### TASK OBJECTIVE:
What is needed is the complete listing, repeated exactly.

*** Block opens ***

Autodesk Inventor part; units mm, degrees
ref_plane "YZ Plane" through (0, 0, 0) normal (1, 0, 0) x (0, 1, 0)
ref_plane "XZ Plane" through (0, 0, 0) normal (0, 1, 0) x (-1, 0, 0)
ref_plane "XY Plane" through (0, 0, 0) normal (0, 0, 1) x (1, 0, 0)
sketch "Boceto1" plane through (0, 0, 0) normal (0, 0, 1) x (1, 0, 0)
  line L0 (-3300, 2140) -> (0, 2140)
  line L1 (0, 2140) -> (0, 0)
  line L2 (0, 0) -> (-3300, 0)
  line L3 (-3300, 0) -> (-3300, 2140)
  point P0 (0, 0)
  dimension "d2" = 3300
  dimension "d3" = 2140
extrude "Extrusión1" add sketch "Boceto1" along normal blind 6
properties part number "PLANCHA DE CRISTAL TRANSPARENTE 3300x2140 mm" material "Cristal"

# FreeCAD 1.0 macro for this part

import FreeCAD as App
import Part
import Sketcher
Q = App.Units.Quantity

doc = App.newDocument("Part")
body = doc.addObject("PartDesign::Body", "Body")

# Sketch on XY plane
sketch1 = body.newObject("Sketcher::SketchObject", "Sketch")
sketch1.AttachmentSupport = (doc.getObject("XY_Plane"), [""])
sketch1.MapMode = "FlatFace"
sketch1.addGeometry(Part.LineSegment(App.Vector(0, 2140, 0), App.Vector(-3300, 2140, 0)), False)
sketch1.addGeometry(Part.LineSegment(App.Vector(-3300, 2140, 0), App.Vector(-3300, 0, 0)), False)
sketch1.addGeometry(Part.LineSegment(App.Vector(-3300, 0, 0), App.Vector(0, 0, 0)), False)
sketch1.addGeometry(Part.LineSegment(App.Vector(0, 0, 0), App.Vector(0, 2140, 0)), False)
sketch1.addConstraint(Sketcher.Constraint("Coincident", 0, 2, 1, 1))
sketch1.addConstraint(Sketcher.Constraint("Coincident", 1, 2, 2, 1))
sketch1.addConstraint(Sketcher.Constraint("Coincident", 2, 2, 3, 1))
sketch1.addConstraint(Sketcher.Constraint("Coincident", 3, 2, 0, 1))
sketch1.addConstraint(Sketcher.Constraint("Horizontal", 0))
sketch1.addConstraint(Sketcher.Constraint("Vertical", 1))
sketch1.addConstraint(Sketcher.Constraint("Horizontal", 2))
sketch1.addConstraint(Sketcher.Constraint("Vertical", 3))
sketch1.addConstraint(Sketcher.Constraint("Coincident", 2, 2, -1, 1))
sketch1.addConstraint(Sketcher.Constraint("DistanceX", 0, 2, 0, 1, Q("3300 mm")))
sketch1.addConstraint(Sketcher.Constraint("DistanceY", 1, 2, 1, 1, Q("2140 mm")))
pad1 = body.newObject("PartDesign::Pad", "Pad")
pad1.Profile = sketch1
pad1.Length = 6

doc.recompute()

*** Block closes ***

### TASK ANSWER:
Autodesk Inventor part; units mm, degrees
ref_plane "YZ Plane" through (0, 0, 0) normal (1, 0, 0) x (0, 1, 0)
ref_plane "XZ Plane" through (0, 0, 0) normal (0, 1, 0) x (-1, 0, 0)
ref_plane "XY Plane" through (0, 0, 0) normal (0, 0, 1) x (1, 0, 0)
sketch "Boceto1" plane through (0, 0, 0) normal (0, 0, 1) x (1, 0, 0)
  line L0 (-3300, 2140) -> (0, 2140)
  line L1 (0, 2140) -> (0, 0)
  line L2 (0, 0) -> (-3300, 0)
  line L3 (-3300, 0) -> (-3300, 2140)
  point P0 (0, 0)
  dimension "d2" = 3300
  dimension "d3" = 2140
extrude "Extrusión1" add sketch "Boceto1" along normal blind 6
properties part number "PLANCHA DE CRISTAL TRANSPARENTE 3300x2140 mm" material "Cristal"

# FreeCAD 1.0 macro for this part

import FreeCAD as App
import Part
import Sketcher
Q = App.Units.Quantity

doc = App.newDocument("Part")
body = doc.addObject("PartDesign::Body", "Body")

# Sketch on XY plane
sketch1 = body.newObject("Sketcher::SketchObject", "Sketch")
sketch1.AttachmentSupport = (doc.getObject("XY_Plane"), [""])
sketch1.MapMode = "FlatFace"
sketch1.addGeometry(Part.LineSegment(App.Vector(0, 2140, 0), App.Vector(-3300, 2140, 0)), False)
sketch1.addGeometry(Part.LineSegment(App.Vector(-3300, 2140, 0), App.Vector(-3300, 0, 0)), False)
sketch1.addGeometry(Part.LineSegment(App.Vector(-3300, 0, 0), App.Vector(0, 0, 0)), False)
sketch1.addGeometry(Part.LineSegment(App.Vector(0, 0, 0), App.Vector(0, 2140, 0)), False)
sketch1.addConstraint(Sketcher.Constraint("Coincident", 0, 2, 1, 1))
sketch1.addConstraint(Sketcher.Constraint("Coincident", 1, 2, 2, 1))
sketch1.addConstraint(Sketcher.Constraint("Coincident", 2, 2, 3, 1))
sketch1.addConstraint(Sketcher.Constraint("Coincident", 3, 2, 0, 1))
sketch1.addConstraint(Sketcher.Constraint("Horizontal", 0))
sketch1.addConstraint(Sketcher.Constraint("Vertical", 1))
sketch1.addConstraint(Sketcher.Constraint("Horizontal", 2))
sketch1.addConstraint(Sketcher.Constraint("Vertical", 3))
sketch1.addConstraint(Sketcher.Constraint("Coincident", 2, 2, -1, 1))
sketch1.addConstraint(Sketcher.Constraint("DistanceX", 0, 2, 0, 1, Q("3300 mm")))
sketch1.addConstraint(Sketcher.Constraint("DistanceY", 1, 2, 1, 1, Q("2140 mm")))
pad1 = body.newObject("PartDesign::Pad", "Pad")
pad1.Profile = sketch1
pad1.Length = 6

doc.recompute()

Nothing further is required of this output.